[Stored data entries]
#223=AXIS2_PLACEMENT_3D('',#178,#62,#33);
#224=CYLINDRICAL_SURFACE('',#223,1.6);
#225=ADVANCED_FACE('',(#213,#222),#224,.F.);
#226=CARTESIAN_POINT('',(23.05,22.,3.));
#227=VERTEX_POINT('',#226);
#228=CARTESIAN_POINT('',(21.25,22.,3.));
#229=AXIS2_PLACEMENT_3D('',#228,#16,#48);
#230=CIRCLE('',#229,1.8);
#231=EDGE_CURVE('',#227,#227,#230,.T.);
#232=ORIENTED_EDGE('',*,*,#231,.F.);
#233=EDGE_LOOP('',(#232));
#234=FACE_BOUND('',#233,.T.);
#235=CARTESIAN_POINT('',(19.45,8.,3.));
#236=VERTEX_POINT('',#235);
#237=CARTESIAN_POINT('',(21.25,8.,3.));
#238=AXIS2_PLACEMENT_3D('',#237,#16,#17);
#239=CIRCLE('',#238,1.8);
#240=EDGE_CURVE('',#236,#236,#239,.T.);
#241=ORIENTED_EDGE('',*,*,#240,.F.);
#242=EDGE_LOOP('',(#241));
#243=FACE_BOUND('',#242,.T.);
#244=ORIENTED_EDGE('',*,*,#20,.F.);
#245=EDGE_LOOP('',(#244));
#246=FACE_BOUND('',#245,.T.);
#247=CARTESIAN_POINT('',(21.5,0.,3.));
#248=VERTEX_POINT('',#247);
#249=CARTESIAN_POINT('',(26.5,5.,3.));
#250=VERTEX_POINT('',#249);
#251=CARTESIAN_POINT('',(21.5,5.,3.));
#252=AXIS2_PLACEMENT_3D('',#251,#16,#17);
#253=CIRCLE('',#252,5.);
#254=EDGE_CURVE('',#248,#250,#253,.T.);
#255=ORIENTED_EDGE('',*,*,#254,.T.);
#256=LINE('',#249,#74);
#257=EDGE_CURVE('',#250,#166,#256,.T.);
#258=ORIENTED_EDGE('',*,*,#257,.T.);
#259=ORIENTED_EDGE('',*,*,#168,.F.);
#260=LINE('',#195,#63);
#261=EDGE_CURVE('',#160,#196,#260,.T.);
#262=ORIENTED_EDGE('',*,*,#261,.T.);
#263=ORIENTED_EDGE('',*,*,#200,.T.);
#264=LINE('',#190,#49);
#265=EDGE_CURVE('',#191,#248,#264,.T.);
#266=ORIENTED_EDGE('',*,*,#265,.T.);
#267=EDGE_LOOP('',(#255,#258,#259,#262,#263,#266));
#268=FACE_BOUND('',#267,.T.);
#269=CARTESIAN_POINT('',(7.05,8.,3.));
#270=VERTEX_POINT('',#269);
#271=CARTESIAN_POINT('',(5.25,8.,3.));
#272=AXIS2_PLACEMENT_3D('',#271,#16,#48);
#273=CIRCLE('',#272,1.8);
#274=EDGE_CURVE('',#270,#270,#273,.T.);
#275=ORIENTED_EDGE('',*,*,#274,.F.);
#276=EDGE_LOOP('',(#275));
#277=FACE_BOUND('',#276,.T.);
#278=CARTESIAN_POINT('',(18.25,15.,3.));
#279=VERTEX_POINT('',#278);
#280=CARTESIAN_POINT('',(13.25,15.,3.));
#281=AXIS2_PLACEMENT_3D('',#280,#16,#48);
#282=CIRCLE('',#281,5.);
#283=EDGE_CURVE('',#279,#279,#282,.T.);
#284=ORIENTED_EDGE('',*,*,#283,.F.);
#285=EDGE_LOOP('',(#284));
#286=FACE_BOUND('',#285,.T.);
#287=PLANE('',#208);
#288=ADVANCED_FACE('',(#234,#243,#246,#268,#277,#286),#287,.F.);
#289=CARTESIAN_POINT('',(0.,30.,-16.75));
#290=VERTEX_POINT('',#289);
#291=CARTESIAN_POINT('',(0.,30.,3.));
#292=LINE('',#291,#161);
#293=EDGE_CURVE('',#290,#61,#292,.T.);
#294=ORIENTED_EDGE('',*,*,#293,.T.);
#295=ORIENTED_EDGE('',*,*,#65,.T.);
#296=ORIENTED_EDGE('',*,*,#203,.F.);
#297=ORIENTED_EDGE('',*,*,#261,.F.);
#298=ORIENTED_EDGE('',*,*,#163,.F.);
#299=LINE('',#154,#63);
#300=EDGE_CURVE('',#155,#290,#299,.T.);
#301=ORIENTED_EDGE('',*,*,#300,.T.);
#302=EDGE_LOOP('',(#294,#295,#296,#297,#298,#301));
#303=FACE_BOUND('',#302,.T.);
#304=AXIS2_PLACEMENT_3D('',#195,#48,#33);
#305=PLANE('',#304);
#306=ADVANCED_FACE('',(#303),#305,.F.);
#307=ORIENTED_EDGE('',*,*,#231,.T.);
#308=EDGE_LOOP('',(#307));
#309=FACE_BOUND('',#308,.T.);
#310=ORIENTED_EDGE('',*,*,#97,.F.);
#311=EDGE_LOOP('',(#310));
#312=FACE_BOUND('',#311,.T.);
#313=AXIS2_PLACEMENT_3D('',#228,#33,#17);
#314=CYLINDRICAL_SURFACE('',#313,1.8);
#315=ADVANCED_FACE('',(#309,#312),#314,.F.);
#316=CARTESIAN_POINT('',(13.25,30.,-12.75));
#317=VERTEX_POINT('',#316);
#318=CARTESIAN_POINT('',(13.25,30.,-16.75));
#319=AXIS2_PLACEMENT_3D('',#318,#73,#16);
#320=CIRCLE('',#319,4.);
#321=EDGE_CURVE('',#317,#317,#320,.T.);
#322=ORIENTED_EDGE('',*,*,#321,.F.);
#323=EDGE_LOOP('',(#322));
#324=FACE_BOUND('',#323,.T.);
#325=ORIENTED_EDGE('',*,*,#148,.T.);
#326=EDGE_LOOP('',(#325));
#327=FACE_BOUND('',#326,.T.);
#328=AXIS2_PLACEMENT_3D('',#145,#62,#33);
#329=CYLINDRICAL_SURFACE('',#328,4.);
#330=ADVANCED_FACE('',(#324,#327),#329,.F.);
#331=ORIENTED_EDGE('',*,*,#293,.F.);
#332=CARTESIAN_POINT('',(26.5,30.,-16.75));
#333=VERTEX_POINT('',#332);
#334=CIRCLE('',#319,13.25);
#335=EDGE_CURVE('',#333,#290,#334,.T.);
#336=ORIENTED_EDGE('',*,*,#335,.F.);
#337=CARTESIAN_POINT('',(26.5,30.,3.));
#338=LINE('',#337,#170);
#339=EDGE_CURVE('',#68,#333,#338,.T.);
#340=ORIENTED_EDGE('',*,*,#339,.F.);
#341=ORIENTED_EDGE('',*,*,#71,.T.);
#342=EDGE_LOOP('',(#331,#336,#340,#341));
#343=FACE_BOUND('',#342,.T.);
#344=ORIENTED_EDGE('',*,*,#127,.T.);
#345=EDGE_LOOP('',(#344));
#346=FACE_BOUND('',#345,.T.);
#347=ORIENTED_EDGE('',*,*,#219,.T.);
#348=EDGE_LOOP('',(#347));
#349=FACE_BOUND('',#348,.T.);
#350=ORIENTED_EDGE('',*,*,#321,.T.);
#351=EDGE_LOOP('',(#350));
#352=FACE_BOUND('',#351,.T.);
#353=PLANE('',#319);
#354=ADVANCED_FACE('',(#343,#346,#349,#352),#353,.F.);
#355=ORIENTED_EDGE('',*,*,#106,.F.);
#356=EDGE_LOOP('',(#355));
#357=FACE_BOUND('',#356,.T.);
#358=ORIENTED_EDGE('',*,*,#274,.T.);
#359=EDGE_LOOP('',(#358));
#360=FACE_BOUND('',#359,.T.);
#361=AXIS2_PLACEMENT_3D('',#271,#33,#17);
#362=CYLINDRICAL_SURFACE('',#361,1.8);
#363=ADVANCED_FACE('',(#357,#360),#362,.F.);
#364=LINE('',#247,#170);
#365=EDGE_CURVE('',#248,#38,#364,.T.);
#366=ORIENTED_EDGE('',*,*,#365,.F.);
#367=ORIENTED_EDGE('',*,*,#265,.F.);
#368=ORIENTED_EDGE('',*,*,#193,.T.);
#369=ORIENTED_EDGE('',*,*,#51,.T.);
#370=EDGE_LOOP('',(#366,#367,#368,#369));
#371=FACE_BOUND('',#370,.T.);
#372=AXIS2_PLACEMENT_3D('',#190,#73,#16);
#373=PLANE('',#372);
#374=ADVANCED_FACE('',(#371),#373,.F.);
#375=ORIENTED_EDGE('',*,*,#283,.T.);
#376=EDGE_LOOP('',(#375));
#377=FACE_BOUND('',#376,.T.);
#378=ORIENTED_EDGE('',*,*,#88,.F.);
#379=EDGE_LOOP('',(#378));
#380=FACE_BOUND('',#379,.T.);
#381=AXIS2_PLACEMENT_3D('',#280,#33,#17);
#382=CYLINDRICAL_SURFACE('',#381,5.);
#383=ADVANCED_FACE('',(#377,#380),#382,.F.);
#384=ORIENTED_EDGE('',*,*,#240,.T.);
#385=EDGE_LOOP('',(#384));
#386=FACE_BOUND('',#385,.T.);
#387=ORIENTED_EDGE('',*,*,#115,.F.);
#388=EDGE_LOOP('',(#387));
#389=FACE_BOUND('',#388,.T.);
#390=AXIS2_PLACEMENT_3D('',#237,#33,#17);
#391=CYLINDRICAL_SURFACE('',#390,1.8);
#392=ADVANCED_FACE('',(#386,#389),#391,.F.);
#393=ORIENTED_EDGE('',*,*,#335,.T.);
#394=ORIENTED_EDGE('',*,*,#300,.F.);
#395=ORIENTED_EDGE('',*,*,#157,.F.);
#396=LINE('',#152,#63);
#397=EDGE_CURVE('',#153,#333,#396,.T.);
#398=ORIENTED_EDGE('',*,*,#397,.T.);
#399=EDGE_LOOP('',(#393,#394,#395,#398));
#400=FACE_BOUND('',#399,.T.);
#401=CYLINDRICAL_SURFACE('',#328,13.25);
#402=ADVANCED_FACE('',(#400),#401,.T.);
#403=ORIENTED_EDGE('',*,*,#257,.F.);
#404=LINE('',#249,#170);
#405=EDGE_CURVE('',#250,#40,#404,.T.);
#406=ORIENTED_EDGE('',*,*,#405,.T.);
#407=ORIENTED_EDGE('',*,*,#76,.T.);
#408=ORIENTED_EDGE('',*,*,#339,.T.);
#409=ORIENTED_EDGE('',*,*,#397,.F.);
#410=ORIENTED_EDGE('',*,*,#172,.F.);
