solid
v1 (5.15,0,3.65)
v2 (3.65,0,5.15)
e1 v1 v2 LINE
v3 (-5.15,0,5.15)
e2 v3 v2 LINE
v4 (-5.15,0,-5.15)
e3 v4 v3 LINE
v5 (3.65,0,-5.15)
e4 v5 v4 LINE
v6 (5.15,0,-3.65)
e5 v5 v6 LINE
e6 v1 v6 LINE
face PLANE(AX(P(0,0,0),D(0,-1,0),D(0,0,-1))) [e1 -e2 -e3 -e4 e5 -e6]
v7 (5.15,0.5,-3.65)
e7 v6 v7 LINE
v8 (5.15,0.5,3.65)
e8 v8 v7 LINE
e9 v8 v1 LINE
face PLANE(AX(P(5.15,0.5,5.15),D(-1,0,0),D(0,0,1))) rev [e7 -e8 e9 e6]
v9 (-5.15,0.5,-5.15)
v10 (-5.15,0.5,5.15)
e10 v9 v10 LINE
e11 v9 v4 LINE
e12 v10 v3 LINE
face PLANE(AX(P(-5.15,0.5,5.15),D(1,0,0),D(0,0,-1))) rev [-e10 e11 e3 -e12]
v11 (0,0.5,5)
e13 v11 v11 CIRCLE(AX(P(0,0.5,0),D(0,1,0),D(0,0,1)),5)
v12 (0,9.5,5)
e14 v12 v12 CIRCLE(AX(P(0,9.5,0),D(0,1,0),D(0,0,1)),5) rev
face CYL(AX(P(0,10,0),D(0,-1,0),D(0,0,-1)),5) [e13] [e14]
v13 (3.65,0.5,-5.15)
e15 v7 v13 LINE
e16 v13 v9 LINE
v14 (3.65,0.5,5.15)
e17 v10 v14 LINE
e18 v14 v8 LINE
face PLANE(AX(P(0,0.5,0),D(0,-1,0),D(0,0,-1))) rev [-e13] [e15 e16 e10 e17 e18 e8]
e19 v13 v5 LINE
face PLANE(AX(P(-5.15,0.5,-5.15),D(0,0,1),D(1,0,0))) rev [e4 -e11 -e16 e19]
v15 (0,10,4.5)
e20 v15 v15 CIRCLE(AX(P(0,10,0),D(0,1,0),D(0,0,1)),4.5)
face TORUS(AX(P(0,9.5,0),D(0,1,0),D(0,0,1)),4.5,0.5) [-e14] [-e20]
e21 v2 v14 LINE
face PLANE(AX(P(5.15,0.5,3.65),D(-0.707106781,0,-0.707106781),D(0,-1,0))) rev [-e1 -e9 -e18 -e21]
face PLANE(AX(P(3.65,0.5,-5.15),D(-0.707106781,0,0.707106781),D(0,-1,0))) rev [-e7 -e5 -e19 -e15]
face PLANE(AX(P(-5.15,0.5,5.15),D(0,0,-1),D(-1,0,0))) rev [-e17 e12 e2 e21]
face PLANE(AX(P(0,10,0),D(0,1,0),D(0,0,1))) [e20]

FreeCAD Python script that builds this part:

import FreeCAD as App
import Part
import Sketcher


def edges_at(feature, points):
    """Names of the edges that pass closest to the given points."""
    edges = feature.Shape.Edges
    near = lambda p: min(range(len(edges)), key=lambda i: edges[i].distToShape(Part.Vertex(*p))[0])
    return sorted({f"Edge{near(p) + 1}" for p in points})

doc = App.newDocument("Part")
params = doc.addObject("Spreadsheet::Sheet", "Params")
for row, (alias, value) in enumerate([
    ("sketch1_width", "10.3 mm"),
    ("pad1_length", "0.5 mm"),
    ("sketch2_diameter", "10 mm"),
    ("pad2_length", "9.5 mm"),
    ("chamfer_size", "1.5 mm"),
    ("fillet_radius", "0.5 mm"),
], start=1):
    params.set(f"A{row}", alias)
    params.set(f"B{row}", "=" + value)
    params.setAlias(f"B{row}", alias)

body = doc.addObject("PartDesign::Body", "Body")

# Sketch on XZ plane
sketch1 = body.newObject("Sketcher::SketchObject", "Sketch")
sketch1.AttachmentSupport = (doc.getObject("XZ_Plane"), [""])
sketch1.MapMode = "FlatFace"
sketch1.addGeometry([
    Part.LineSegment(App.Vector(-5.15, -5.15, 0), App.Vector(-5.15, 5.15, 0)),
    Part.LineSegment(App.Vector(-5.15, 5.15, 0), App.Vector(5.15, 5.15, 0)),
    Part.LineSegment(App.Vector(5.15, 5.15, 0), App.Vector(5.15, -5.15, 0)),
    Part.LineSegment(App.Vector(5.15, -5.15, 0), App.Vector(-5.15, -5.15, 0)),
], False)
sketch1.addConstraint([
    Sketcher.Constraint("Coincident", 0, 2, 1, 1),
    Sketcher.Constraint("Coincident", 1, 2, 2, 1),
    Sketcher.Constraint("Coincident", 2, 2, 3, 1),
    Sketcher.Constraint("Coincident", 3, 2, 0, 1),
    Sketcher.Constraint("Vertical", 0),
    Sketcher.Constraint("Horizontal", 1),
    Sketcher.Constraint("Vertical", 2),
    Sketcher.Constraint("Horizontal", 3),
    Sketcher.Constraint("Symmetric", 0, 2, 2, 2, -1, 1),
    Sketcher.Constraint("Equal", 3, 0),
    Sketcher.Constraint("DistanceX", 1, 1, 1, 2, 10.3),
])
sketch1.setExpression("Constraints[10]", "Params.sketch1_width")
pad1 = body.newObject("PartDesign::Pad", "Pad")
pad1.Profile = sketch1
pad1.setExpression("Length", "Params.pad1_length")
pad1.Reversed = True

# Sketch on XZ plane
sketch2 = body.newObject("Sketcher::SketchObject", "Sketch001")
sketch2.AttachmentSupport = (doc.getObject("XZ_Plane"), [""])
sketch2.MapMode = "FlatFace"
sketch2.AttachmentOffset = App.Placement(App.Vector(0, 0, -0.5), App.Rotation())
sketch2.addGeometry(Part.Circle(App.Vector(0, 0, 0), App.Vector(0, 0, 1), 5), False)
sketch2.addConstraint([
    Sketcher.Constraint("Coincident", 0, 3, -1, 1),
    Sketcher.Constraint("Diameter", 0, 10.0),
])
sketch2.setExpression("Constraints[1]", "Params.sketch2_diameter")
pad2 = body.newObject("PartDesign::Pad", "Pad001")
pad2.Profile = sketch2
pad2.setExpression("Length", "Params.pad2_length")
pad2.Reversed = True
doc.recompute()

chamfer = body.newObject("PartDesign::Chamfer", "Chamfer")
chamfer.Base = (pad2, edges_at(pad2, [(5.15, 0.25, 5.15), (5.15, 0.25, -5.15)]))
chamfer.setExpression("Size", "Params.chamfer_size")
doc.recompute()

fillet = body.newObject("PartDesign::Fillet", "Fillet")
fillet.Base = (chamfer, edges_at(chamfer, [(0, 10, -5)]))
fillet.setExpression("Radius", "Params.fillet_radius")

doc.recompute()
---
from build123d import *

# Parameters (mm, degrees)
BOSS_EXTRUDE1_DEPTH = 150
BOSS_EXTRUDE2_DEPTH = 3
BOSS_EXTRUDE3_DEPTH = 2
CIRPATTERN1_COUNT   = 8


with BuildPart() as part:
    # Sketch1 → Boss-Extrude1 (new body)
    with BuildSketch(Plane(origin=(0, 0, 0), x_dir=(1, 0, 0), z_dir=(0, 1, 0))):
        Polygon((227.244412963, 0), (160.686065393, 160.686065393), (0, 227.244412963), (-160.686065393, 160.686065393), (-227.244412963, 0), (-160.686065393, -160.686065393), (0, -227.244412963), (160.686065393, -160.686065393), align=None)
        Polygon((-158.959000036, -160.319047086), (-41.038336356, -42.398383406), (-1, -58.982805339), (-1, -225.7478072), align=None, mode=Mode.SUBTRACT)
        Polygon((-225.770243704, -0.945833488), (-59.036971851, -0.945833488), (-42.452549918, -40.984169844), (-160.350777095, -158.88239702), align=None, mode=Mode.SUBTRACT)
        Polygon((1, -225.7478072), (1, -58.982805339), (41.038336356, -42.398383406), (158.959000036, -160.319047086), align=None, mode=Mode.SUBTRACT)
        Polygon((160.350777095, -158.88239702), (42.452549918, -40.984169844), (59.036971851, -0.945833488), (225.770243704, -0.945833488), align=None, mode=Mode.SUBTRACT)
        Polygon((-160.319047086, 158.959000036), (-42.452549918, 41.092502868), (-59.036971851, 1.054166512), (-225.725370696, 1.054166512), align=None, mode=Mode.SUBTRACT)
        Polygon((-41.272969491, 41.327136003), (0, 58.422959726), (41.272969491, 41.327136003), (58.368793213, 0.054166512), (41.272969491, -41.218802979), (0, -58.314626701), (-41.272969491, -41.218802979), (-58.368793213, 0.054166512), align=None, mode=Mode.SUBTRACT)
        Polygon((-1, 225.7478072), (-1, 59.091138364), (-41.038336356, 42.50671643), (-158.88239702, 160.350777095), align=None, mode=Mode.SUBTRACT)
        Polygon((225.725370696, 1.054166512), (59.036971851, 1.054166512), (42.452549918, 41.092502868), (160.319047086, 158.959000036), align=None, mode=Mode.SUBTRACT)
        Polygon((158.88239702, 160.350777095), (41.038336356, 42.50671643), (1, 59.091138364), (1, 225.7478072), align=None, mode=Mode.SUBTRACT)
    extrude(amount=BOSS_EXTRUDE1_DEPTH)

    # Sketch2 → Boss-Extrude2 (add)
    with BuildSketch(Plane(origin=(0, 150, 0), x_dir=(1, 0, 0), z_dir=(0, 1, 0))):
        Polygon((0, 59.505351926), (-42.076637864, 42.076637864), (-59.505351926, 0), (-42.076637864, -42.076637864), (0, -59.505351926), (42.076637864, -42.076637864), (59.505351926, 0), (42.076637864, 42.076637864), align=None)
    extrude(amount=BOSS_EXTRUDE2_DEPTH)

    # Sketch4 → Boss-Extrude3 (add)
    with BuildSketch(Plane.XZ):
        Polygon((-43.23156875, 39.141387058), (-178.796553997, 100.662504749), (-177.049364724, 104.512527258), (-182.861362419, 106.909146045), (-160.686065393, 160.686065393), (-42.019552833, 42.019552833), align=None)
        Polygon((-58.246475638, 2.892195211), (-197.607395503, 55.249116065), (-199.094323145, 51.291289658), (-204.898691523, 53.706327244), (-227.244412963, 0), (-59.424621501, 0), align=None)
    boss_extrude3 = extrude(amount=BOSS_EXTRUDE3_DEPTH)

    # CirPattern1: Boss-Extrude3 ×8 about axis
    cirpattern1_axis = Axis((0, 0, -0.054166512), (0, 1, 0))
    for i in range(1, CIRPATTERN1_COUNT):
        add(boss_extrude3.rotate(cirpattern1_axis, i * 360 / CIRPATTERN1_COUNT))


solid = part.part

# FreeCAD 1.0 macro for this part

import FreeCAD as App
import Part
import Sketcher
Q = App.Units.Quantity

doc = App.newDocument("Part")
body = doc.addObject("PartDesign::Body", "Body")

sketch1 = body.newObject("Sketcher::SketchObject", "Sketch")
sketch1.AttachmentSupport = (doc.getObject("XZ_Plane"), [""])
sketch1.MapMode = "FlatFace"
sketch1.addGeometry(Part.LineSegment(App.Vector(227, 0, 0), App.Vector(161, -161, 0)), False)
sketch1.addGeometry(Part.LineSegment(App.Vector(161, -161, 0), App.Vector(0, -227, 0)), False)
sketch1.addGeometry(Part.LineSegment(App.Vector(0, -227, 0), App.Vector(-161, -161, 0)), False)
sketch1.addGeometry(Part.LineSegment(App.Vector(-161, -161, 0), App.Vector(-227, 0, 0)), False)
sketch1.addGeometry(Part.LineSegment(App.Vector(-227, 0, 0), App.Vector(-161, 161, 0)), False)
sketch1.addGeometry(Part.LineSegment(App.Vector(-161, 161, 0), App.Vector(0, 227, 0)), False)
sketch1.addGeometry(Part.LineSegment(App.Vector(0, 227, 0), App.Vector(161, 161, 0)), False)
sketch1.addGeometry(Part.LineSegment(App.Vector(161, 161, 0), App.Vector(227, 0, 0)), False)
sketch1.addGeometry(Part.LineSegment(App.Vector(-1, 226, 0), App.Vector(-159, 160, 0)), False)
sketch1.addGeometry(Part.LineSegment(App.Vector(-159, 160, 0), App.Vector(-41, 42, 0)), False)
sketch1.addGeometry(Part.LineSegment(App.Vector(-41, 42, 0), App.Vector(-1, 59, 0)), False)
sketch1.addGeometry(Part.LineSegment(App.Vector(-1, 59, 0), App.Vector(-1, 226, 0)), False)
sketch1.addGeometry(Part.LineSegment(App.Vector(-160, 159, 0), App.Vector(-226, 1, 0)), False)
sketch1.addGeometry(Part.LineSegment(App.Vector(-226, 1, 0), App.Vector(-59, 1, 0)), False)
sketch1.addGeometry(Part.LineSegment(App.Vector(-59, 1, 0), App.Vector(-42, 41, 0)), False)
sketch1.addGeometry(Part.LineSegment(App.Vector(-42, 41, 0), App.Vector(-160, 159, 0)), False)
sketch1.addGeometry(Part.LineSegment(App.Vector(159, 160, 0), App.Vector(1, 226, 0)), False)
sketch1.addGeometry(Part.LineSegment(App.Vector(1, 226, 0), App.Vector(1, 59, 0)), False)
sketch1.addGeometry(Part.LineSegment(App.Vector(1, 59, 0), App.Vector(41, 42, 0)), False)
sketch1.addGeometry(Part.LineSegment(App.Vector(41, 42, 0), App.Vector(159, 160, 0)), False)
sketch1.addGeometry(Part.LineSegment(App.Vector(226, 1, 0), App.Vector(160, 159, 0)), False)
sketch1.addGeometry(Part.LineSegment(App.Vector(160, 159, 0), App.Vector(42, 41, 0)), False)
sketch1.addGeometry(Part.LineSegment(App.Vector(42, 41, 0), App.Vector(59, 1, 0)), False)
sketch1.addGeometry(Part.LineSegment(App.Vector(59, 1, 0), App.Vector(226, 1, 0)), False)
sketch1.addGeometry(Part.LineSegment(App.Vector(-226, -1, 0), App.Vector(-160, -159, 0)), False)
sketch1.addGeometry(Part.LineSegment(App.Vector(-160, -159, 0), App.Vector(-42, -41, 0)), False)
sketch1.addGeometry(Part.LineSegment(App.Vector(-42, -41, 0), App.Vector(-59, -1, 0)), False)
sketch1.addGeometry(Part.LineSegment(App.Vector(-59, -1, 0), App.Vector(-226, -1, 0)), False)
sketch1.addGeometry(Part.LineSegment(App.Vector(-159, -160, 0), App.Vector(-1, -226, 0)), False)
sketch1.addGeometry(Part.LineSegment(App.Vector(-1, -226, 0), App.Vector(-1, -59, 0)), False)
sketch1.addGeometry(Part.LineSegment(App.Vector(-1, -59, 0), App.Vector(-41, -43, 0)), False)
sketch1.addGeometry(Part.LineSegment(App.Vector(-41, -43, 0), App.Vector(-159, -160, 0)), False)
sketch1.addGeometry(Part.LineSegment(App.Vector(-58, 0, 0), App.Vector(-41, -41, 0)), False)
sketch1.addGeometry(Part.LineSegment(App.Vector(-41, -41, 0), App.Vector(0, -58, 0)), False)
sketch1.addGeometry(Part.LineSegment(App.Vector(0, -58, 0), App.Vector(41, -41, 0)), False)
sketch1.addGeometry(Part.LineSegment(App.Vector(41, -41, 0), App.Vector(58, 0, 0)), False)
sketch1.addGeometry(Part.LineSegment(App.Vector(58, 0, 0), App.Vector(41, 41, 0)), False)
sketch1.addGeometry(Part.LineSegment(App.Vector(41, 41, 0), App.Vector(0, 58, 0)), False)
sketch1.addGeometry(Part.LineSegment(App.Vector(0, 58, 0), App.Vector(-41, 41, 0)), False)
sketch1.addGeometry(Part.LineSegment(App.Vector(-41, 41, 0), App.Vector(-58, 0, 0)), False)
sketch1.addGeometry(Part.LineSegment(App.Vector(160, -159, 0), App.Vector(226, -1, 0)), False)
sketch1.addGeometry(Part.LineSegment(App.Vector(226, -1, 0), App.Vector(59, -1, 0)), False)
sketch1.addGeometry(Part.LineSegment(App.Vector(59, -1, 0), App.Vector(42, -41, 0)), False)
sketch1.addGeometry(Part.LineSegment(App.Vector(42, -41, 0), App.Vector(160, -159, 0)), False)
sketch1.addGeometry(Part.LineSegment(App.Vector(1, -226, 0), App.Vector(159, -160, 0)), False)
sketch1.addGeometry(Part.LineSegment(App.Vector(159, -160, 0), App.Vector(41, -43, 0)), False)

(Problem details) Only those lines of the entries above that run from the line containing "#223=AXIS2_PLACEMENT_3D('',#178,#62,#33);" to the line containing "#263=ORIENTED_EDGE('',*,*,#200,.T.);", both included, should be transcribed exactly.

(Task answer)
#223=AXIS2_PLACEMENT_3D('',#178,#62,#33);
#224=CYLINDRICAL_SURFACE('',#223,1.6);
#225=ADVANCED_FACE('',(#213,#222),#224,.F.);
#226=CARTESIAN_POINT('',(23.05,22.,3.));
#227=VERTEX_POINT('',#226);
#228=CARTESIAN_POINT('',(21.25,22.,3.));
#229=AXIS2_PLACEMENT_3D('',#228,#16,#48);
#230=CIRCLE('',#229,1.8);
#231=EDGE_CURVE('',#227,#227,#230,.T.);
#232=ORIENTED_EDGE('',*,*,#231,.F.);
#233=EDGE_LOOP('',(#232));
#234=FACE_BOUND('',#233,.T.);
#235=CARTESIAN_POINT('',(19.45,8.,3.));
#236=VERTEX_POINT('',#235);
#237=CARTESIAN_POINT('',(21.25,8.,3.));
#238=AXIS2_PLACEMENT_3D('',#237,#16,#17);
#239=CIRCLE('',#238,1.8);
#240=EDGE_CURVE('',#236,#236,#239,.T.);
#241=ORIENTED_EDGE('',*,*,#240,.F.);
#242=EDGE_LOOP('',(#241));
#243=FACE_BOUND('',#242,.T.);
#244=ORIENTED_EDGE('',*,*,#20,.F.);
#245=EDGE_LOOP('',(#244));
#246=FACE_BOUND('',#245,.T.);
#247=CARTESIAN_POINT('',(21.5,0.,3.));
#248=VERTEX_POINT('',#247);
#249=CARTESIAN_POINT('',(26.5,5.,3.));
#250=VERTEX_POINT('',#249);
#251=CARTESIAN_POINT('',(21.5,5.,3.));
#252=AXIS2_PLACEMENT_3D('',#251,#16,#17);
#253=CIRCLE('',#252,5.);
#254=EDGE_CURVE('',#248,#250,#253,.T.);
#255=ORIENTED_EDGE('',*,*,#254,.T.);
#256=LINE('',#249,#74);
#257=EDGE_CURVE('',#250,#166,#256,.T.);
#258=ORIENTED_EDGE('',*,*,#257,.T.);
#259=ORIENTED_EDGE('',*,*,#168,.F.);
#260=LINE('',#195,#63);
#261=EDGE_CURVE('',#160,#196,#260,.T.);
#262=ORIENTED_EDGE('',*,*,#261,.T.);
#263=ORIENTED_EDGE('',*,*,#200,.T.);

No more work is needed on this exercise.